WHAT IS NEEDED: Return the following from the records below: each line, word for word, starting with the line that contains "f 220 173 172" and going on through the line that contains "v 10.445 12.429 0", with nothing outside that range.

GIVEN RECORDS:
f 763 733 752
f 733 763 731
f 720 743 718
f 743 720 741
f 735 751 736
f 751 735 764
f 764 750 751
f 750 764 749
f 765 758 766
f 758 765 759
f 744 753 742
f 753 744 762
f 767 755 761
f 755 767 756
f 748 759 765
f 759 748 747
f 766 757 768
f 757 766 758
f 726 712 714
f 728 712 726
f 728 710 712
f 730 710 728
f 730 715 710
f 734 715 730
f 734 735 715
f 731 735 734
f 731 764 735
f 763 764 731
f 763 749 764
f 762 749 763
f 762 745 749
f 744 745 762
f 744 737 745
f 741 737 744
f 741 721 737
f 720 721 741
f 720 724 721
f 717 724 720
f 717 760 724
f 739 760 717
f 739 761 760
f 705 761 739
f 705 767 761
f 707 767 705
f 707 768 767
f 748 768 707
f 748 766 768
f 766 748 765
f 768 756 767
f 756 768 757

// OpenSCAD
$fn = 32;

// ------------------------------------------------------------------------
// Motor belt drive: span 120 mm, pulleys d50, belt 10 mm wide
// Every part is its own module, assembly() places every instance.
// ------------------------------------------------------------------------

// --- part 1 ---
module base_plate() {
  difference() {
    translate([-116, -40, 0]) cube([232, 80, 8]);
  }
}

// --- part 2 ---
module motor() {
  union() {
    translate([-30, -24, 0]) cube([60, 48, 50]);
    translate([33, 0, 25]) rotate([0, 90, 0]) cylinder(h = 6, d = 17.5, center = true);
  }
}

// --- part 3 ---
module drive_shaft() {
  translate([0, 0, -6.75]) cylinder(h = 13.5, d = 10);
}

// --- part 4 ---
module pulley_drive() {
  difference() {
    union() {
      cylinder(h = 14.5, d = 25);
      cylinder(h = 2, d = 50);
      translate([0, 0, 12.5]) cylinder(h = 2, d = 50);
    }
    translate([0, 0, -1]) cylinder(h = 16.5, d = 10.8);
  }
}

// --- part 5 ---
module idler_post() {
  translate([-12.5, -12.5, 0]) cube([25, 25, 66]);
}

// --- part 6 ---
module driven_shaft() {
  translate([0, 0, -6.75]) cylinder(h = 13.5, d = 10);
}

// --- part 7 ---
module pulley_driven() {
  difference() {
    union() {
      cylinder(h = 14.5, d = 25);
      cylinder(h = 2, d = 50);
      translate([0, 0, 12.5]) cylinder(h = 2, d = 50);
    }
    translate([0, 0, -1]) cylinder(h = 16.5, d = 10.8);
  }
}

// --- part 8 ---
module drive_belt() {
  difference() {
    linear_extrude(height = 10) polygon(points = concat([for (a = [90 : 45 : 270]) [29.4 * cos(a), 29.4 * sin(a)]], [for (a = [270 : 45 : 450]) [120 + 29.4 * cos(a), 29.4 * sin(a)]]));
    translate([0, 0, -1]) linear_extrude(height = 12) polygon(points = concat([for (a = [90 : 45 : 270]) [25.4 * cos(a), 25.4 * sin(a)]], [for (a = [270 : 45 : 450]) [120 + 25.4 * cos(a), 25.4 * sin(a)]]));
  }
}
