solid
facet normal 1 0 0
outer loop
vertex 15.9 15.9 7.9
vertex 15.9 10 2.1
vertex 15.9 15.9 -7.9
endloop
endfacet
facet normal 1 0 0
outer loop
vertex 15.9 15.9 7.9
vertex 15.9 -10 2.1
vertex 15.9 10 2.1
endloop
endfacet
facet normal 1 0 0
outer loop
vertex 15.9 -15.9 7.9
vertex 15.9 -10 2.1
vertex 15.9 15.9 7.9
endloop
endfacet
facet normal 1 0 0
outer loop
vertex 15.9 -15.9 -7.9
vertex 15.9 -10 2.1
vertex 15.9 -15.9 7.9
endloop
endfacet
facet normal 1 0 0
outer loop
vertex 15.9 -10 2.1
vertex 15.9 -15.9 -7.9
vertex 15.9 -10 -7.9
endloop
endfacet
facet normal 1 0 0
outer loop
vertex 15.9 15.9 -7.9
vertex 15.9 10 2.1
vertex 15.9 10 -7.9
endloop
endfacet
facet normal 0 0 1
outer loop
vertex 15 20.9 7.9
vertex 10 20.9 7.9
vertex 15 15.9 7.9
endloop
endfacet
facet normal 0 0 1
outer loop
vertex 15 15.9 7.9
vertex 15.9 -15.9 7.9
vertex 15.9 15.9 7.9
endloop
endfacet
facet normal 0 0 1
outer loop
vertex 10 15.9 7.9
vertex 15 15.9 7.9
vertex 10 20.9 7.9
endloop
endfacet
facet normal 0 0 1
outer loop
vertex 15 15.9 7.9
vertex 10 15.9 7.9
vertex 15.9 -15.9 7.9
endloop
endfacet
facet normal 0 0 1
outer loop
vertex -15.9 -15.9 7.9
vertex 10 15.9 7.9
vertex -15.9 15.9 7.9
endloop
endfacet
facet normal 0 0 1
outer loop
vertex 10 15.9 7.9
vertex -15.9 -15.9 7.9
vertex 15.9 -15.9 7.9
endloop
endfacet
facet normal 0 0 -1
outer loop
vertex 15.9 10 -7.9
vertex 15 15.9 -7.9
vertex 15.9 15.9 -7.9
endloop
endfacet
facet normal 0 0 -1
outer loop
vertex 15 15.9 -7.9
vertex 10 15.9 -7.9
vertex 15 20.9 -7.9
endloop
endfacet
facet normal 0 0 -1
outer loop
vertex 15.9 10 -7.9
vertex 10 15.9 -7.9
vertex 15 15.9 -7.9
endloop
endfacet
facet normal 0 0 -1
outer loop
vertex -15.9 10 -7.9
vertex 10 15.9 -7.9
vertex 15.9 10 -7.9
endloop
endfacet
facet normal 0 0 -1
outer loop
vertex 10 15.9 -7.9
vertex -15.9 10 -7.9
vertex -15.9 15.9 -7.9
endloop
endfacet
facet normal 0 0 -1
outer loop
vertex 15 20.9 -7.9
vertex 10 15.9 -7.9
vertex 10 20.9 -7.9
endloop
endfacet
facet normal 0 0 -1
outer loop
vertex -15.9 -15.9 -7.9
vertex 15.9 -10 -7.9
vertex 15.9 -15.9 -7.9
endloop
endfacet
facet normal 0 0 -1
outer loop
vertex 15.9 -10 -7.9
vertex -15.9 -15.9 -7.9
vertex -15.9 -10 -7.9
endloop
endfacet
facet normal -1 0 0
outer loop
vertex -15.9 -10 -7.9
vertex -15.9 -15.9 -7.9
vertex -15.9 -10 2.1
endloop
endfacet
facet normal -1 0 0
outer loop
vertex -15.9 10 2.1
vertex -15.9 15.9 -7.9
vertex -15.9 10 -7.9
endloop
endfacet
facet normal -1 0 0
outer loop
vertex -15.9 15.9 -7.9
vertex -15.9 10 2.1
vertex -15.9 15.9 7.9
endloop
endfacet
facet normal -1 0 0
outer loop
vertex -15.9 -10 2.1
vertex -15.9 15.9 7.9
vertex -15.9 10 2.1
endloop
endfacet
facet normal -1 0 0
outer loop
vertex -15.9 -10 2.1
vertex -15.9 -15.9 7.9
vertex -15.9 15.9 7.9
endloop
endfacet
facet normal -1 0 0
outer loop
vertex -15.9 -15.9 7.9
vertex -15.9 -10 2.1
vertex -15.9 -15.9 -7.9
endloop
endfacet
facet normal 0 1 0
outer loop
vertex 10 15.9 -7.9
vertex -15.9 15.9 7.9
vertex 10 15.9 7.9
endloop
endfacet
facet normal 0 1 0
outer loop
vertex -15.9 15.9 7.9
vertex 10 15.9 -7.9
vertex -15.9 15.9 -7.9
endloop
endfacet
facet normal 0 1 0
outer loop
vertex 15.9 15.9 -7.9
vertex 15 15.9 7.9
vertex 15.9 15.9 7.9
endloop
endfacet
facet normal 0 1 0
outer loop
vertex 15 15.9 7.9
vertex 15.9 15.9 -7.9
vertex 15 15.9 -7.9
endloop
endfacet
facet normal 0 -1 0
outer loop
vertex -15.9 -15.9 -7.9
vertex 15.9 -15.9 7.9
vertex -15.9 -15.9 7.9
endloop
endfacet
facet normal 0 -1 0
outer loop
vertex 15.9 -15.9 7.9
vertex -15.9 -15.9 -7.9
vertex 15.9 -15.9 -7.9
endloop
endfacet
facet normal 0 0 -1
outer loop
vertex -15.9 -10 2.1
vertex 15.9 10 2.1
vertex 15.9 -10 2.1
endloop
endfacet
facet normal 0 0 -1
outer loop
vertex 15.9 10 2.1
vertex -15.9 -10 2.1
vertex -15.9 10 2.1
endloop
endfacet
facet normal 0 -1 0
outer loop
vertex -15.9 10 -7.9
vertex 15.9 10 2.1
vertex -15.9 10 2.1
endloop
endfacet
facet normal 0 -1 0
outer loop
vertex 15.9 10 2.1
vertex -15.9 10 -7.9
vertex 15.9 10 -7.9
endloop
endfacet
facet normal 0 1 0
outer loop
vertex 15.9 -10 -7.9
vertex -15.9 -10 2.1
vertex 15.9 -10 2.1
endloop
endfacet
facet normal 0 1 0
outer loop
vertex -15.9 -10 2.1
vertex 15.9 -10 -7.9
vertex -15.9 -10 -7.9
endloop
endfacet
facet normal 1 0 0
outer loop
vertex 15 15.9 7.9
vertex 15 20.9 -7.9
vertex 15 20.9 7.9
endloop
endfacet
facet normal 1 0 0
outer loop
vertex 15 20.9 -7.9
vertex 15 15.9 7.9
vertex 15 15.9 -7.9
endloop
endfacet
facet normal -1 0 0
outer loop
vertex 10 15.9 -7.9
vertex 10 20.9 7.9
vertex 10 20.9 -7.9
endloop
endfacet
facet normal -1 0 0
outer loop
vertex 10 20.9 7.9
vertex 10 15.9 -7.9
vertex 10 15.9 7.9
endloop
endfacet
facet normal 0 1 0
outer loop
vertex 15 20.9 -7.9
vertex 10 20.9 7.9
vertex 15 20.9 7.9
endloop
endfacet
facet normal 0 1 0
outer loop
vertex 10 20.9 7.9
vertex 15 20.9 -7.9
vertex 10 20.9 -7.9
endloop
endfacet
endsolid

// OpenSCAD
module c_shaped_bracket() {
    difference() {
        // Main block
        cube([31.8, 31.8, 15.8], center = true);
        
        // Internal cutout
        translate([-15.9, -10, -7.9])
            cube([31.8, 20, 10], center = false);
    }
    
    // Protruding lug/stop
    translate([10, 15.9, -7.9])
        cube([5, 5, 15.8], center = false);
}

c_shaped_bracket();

--

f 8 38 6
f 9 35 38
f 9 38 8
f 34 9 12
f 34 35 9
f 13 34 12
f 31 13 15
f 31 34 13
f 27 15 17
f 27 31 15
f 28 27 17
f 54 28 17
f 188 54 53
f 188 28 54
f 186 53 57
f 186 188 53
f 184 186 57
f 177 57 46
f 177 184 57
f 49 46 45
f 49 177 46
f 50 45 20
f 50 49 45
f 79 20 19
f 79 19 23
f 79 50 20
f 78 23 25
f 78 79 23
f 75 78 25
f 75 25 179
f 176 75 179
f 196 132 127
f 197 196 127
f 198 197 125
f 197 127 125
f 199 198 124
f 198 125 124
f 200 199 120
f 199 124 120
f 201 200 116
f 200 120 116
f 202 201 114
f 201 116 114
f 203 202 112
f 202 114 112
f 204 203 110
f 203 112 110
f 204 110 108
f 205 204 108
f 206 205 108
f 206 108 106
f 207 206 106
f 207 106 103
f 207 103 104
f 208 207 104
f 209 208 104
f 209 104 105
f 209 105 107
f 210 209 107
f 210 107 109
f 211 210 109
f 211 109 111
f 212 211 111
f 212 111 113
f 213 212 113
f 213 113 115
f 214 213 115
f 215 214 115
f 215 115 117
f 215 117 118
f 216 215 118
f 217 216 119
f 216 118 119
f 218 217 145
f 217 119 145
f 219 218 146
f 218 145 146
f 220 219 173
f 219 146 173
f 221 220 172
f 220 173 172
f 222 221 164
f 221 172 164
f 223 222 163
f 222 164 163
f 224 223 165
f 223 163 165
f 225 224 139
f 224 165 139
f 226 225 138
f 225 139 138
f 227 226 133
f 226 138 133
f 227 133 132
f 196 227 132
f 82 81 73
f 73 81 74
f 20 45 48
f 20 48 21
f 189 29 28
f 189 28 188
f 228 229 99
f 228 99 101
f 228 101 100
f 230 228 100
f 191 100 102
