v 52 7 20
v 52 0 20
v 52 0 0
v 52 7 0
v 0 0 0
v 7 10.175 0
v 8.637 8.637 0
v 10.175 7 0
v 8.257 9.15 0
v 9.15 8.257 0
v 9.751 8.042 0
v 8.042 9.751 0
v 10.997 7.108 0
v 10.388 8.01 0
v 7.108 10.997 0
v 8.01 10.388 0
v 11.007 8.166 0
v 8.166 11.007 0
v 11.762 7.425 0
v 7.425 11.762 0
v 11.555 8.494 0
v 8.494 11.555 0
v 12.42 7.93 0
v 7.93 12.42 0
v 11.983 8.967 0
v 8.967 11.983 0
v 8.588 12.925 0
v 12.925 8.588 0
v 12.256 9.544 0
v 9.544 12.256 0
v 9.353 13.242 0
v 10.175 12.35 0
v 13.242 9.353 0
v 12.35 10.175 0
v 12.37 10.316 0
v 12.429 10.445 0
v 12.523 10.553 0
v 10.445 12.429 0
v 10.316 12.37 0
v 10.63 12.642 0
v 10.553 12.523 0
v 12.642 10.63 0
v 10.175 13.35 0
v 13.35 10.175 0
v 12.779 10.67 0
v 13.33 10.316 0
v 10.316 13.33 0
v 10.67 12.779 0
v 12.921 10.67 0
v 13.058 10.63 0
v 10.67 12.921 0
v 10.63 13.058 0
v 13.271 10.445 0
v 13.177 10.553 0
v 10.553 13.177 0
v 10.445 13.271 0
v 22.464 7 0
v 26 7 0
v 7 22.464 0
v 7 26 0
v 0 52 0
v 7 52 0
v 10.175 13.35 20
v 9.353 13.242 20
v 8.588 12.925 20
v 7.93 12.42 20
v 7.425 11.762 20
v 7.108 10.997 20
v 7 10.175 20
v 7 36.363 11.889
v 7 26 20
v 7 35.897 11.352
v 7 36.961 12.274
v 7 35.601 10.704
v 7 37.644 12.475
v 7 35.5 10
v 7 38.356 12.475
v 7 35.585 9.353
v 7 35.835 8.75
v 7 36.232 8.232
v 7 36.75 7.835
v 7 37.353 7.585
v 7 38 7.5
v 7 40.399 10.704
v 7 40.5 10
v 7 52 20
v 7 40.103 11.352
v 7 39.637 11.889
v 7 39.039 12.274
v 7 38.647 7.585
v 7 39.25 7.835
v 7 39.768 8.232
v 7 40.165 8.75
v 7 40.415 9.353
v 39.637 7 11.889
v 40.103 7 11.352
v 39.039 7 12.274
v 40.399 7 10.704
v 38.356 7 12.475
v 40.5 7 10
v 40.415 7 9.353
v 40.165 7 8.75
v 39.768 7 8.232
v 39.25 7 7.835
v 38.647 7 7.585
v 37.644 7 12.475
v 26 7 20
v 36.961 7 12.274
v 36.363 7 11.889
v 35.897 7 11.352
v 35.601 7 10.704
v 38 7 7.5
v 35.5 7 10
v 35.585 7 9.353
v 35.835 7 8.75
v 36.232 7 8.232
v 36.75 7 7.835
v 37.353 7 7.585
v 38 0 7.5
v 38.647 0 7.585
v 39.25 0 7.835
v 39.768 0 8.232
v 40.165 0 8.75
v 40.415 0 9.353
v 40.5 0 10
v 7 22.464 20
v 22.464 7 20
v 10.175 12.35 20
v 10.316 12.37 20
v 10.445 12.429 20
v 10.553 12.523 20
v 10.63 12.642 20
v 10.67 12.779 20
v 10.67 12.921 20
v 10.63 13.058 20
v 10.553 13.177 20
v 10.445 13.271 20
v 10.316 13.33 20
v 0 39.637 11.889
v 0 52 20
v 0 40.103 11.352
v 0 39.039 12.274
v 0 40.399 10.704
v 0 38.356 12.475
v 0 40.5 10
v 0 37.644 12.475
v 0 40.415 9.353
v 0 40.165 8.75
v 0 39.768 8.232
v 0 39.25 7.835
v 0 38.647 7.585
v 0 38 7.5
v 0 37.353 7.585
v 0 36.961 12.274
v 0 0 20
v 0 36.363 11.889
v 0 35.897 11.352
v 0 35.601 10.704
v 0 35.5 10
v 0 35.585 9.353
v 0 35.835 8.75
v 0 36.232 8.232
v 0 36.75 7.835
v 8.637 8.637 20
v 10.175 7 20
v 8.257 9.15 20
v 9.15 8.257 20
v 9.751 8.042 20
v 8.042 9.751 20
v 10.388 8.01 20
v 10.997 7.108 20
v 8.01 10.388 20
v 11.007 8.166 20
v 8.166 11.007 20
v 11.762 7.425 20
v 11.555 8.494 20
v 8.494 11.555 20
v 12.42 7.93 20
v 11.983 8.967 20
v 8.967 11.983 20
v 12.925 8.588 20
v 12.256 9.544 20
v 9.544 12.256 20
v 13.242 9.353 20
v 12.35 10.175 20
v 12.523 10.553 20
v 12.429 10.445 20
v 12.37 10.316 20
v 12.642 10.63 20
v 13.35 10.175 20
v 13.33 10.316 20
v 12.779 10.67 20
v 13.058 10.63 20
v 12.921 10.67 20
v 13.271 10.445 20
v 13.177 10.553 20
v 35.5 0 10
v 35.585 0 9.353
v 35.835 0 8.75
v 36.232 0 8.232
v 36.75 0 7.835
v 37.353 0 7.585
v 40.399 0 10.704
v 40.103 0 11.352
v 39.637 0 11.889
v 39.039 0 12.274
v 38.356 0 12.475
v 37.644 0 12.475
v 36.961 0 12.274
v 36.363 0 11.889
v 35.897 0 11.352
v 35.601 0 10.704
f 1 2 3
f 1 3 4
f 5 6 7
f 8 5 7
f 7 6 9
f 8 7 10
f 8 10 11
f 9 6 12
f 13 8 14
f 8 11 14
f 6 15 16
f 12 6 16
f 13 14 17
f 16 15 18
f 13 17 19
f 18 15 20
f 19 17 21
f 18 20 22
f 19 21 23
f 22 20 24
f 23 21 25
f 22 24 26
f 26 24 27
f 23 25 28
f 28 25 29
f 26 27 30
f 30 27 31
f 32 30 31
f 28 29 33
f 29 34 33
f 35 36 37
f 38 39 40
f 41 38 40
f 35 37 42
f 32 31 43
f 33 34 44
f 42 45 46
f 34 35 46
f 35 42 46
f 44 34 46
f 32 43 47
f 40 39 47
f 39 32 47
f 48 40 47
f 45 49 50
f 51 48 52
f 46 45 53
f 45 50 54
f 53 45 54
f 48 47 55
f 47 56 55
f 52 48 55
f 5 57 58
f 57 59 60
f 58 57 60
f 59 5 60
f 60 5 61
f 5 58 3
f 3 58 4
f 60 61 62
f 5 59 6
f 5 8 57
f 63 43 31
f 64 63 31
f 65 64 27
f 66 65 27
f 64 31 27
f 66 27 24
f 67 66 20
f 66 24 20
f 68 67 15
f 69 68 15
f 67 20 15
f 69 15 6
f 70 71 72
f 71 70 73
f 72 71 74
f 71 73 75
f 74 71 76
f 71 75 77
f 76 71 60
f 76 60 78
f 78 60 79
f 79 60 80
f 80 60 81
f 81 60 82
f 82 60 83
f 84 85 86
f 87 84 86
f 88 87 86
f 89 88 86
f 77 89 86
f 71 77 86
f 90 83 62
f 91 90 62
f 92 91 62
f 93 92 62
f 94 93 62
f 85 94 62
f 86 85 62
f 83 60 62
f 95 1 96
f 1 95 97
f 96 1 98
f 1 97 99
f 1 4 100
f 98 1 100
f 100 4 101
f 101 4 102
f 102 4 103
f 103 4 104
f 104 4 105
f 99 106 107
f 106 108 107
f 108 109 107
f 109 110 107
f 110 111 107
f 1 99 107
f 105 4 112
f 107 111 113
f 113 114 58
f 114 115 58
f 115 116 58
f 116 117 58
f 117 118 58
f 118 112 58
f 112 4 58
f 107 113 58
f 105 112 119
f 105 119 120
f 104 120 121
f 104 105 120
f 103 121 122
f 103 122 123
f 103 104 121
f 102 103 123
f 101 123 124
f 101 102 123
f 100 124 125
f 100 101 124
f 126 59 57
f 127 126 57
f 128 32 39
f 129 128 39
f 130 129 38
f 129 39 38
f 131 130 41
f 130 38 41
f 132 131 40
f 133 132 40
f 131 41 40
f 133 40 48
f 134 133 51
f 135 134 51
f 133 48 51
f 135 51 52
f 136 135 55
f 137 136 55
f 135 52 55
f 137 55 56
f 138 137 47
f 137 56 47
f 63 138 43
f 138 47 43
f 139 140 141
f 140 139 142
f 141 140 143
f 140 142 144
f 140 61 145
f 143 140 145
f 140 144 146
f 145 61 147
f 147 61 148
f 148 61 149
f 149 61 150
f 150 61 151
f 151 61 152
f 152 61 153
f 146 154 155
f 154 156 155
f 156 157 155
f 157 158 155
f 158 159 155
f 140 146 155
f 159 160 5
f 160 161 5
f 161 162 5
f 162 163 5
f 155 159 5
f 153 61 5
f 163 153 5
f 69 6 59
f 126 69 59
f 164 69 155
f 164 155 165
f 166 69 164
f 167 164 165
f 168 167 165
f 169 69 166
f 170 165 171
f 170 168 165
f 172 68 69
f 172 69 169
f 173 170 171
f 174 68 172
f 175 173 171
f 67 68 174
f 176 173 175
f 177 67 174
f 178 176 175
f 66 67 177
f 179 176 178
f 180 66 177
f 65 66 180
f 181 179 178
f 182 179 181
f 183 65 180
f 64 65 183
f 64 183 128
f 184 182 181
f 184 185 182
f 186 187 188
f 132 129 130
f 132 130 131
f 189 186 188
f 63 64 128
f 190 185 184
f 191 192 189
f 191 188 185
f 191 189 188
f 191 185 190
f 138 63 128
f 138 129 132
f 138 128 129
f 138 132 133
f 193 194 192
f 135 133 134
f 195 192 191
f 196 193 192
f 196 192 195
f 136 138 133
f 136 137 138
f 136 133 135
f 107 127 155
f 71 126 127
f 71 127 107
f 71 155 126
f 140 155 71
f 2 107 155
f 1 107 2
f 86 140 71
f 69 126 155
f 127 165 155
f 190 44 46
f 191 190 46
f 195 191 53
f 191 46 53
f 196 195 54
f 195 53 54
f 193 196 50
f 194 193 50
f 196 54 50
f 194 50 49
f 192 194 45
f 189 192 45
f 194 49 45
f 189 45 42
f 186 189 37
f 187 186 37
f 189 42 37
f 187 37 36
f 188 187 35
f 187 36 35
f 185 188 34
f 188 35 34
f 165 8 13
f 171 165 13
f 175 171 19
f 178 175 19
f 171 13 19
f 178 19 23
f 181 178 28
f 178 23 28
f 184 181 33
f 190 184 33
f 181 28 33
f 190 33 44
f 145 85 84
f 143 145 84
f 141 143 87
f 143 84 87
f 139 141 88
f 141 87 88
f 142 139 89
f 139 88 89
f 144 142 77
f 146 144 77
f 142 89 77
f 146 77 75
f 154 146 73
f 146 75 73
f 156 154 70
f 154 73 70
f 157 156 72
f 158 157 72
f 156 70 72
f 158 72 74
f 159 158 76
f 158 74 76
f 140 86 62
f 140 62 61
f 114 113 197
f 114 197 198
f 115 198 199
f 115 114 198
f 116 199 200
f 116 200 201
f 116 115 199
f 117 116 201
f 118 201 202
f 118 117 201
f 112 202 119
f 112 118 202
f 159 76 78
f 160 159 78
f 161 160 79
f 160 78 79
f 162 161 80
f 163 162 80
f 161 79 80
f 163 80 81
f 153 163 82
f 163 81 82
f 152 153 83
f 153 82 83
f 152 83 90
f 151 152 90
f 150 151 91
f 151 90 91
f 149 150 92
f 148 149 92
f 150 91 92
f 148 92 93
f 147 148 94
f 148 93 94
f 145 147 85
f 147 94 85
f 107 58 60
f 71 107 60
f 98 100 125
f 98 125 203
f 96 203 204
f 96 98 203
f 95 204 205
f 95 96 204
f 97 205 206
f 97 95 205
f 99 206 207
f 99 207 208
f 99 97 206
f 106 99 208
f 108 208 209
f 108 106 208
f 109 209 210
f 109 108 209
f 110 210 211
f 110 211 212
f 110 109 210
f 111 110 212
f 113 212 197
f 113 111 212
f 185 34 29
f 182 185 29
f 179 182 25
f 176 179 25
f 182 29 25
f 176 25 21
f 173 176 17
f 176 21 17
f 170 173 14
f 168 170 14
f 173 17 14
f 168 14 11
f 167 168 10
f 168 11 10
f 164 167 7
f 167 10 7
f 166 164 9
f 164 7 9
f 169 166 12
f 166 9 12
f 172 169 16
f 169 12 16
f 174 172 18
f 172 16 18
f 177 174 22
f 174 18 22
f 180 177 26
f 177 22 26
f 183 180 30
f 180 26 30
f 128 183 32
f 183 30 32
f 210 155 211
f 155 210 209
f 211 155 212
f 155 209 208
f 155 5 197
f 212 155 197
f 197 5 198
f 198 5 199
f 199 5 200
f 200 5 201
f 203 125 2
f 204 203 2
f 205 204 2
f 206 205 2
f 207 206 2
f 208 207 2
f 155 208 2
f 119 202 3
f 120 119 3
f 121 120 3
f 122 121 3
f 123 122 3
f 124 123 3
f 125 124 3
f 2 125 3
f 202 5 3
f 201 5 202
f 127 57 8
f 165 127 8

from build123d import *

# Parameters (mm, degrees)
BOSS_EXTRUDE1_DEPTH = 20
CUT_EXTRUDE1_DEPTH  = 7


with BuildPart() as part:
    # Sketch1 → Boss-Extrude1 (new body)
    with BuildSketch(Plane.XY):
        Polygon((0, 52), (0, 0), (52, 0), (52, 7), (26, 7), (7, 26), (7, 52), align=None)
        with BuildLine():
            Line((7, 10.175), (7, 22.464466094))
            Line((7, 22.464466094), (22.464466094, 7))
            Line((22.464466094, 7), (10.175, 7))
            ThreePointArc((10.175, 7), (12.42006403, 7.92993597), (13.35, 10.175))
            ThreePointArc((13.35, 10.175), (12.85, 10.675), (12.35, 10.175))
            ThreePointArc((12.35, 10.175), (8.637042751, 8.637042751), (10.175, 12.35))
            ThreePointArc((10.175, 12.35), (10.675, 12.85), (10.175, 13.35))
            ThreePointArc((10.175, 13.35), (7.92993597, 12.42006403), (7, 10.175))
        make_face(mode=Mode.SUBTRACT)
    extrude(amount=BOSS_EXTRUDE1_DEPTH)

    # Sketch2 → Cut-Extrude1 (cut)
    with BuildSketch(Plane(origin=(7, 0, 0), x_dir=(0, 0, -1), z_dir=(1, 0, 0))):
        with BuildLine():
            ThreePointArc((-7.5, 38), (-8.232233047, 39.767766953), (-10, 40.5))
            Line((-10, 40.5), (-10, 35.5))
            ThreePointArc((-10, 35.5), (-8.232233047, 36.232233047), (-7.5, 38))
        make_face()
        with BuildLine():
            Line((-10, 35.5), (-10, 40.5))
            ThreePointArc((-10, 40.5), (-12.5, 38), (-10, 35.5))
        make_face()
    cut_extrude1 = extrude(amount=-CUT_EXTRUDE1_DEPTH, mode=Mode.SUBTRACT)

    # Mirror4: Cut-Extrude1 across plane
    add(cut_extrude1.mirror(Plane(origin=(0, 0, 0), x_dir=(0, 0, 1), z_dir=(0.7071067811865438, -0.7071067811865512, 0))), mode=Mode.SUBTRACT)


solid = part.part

RESULT:
f 220 173 172
f 222 221 164
f 221 172 164
f 223 222 163
f 222 164 163
f 224 223 165
f 223 163 165
f 225 224 139
f 224 165 139
f 226 225 138
f 225 139 138
f 227 226 133
f 226 138 133
f 227 133 132
f 196 227 132
f 82 81 73
f 73 81 74
f 20 45 48
f 20 48 21
f 189 29 28
f 189 28 188
f 228 229 99
f 228 99 101
f 228 101 100
f 230 228 100
f 191 100 102
v 52 7 20
v 52 0 20
v 52 0 0
v 52 7 0
v 0 0 0
v 7 10.175 0
v 8.637 8.637 0
v 10.175 7 0
v 8.257 9.15 0
v 9.15 8.257 0
v 9.751 8.042 0
v 8.042 9.751 0
v 10.997 7.108 0
v 10.388 8.01 0
v 7.108 10.997 0
v 8.01 10.388 0
v 11.007 8.166 0
v 8.166 11.007 0
v 11.762 7.425 0
v 7.425 11.762 0
v 11.555 8.494 0
v 8.494 11.555 0
v 12.42 7.93 0
v 7.93 12.42 0
v 11.983 8.967 0
v 8.967 11.983 0
v 8.588 12.925 0
v 12.925 8.588 0
v 12.256 9.544 0
v 9.544 12.256 0
v 9.353 13.242 0
v 10.175 12.35 0
v 13.242 9.353 0
v 12.35 10.175 0
v 12.37 10.316 0
v 12.429 10.445 0
v 12.523 10.553 0
v 10.445 12.429 0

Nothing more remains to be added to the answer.